:: Work task ::
Pull out of the data below the stretch of lines bounded by the one containing "(0, 1.5), align=None)" and the one containing "Rebuilt in FreeCAD, every", both bounds included, unchanged.
::: Data records
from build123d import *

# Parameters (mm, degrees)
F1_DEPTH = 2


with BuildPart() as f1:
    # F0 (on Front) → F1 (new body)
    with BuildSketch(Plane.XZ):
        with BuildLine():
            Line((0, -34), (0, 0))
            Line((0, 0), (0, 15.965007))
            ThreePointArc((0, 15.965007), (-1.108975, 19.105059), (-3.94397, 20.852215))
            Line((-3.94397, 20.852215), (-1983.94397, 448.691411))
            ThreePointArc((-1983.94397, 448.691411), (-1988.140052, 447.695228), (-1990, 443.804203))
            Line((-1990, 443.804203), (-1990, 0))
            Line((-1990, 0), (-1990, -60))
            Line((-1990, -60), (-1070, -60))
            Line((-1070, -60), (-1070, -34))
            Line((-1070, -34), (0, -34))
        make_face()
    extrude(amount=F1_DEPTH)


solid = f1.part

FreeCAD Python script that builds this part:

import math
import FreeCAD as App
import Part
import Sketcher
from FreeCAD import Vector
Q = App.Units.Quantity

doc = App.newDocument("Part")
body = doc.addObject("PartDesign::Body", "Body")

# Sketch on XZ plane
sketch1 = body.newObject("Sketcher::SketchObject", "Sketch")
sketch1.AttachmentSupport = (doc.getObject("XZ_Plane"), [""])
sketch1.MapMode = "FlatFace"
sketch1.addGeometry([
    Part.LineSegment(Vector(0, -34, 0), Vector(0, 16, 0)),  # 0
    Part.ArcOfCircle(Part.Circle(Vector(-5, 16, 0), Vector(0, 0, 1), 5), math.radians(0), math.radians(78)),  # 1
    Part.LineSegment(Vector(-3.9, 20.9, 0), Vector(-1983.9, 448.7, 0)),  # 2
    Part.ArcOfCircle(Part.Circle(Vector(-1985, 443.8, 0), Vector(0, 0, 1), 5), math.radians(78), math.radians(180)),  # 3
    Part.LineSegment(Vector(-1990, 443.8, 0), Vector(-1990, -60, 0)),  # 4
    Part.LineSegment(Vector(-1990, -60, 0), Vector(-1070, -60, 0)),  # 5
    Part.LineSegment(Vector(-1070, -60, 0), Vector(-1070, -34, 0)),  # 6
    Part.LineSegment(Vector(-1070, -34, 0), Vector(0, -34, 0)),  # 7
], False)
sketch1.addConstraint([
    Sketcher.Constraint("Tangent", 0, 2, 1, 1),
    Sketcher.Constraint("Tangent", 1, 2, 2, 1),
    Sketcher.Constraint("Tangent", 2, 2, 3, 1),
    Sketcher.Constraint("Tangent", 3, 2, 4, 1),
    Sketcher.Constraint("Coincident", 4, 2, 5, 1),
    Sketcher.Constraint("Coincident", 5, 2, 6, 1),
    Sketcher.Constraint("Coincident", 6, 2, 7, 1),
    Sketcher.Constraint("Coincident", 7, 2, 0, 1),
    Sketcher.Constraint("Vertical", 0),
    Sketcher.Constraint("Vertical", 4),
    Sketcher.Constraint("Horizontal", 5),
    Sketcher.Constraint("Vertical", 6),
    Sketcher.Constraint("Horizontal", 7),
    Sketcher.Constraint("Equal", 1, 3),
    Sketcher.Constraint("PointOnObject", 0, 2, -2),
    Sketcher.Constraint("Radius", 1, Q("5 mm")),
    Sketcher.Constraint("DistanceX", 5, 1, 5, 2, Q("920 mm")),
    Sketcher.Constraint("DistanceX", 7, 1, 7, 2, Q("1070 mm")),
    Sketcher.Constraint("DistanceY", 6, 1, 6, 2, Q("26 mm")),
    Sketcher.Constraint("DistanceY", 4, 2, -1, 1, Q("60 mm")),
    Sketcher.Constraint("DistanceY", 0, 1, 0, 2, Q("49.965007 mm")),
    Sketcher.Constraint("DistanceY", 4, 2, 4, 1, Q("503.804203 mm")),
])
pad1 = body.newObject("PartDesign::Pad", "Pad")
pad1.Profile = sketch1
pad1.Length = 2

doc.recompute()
::::::
::: Data records
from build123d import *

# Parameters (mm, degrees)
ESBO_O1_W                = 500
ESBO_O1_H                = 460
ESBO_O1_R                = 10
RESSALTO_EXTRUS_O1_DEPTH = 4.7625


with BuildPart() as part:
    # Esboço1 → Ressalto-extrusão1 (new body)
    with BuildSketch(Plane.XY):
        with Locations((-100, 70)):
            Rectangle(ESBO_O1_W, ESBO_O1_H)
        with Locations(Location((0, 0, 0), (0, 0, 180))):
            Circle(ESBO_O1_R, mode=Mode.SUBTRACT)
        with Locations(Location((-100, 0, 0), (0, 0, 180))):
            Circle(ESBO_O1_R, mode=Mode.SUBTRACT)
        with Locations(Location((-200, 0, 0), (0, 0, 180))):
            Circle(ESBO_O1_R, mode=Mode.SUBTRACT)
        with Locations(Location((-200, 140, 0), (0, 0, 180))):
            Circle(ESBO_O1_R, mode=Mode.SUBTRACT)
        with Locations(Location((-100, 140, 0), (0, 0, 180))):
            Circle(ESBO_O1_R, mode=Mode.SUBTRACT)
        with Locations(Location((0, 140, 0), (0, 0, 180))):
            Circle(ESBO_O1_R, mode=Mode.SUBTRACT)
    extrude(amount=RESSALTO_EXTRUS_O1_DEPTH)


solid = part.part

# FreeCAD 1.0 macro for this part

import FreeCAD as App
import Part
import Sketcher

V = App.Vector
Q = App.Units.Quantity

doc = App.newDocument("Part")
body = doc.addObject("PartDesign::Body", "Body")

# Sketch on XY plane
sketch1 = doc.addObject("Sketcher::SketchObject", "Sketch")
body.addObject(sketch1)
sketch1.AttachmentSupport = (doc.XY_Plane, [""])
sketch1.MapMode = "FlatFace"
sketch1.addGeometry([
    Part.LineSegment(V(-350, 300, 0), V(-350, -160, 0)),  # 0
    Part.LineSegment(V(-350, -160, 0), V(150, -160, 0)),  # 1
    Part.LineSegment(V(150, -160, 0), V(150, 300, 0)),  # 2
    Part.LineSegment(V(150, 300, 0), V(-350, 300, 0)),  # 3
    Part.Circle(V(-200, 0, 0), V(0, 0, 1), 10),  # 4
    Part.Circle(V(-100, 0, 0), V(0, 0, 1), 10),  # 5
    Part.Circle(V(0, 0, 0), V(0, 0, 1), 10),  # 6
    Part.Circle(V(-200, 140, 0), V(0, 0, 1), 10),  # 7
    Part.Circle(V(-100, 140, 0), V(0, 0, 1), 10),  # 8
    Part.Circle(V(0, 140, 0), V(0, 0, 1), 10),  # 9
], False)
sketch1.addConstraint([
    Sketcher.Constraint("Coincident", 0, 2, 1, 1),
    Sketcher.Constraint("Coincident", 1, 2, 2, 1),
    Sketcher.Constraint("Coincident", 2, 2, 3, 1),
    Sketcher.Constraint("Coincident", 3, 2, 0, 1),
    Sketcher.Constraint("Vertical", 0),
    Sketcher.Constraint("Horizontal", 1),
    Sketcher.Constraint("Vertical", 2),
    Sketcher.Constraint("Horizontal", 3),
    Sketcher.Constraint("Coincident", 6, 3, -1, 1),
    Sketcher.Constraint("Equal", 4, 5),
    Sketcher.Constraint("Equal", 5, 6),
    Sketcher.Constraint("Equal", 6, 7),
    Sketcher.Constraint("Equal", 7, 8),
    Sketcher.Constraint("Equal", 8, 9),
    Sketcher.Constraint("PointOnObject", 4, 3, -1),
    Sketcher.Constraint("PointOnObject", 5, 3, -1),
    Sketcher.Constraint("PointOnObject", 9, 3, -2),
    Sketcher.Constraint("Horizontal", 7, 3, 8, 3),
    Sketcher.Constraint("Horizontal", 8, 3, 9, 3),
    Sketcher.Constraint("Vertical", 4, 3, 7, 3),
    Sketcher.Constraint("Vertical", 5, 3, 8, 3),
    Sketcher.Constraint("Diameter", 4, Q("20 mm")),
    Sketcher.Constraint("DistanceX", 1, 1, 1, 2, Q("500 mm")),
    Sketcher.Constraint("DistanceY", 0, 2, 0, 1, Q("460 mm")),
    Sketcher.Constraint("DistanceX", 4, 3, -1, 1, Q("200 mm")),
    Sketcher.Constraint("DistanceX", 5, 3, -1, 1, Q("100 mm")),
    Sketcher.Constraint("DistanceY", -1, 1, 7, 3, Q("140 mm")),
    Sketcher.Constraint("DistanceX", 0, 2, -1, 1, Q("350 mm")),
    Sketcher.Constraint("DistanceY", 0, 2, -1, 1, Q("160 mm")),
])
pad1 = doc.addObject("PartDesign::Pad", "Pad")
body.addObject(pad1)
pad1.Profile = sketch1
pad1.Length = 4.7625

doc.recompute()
::::::
::: Data records
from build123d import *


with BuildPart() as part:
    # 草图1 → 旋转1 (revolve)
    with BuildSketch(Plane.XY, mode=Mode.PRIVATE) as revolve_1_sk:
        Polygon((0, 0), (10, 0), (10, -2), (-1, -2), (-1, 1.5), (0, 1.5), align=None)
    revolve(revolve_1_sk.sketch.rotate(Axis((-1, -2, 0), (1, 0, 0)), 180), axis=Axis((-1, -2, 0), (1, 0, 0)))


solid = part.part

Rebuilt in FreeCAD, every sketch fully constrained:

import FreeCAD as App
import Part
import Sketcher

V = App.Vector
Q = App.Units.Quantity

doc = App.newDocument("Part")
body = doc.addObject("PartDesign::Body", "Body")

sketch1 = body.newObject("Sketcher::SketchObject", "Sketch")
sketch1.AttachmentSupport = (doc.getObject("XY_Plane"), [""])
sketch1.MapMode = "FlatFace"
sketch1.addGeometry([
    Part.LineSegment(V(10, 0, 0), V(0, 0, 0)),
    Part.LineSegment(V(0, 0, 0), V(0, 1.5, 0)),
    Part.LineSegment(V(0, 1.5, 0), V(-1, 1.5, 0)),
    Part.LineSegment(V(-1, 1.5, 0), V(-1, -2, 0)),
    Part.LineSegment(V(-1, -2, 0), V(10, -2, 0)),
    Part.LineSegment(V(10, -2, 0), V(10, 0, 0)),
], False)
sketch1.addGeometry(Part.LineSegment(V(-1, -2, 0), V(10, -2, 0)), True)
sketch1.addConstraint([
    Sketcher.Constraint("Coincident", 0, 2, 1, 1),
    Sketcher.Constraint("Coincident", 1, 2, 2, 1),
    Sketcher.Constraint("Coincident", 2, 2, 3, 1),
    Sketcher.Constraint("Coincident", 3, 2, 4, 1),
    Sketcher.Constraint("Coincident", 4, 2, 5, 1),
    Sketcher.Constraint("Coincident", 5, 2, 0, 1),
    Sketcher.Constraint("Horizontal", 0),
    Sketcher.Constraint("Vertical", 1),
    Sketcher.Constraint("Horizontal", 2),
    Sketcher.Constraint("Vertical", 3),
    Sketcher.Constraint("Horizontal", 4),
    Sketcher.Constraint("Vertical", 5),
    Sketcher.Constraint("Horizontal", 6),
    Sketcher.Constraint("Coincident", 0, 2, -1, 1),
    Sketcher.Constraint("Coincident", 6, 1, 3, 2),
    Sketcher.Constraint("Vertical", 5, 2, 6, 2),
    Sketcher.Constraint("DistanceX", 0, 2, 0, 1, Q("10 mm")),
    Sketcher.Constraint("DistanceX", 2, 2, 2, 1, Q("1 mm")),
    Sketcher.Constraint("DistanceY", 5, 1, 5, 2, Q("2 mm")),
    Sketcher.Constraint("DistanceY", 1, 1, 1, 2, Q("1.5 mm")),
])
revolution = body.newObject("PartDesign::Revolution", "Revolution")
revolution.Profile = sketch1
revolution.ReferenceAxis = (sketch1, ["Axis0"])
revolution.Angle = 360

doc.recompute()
::::::
:: Answer section ::
        Polygon((0, 0), (10, 0), (10, -2), (-1, -2), (-1, 1.5), (0, 1.5), align=None)
    revolve(revolve_1_sk.sketch.rotate(Axis((-1, -2, 0), (1, 0, 0)), 180), axis=Axis((-1, -2, 0), (1, 0, 0)))


solid = part.part

Rebuilt in FreeCAD, every sketch fully constrained:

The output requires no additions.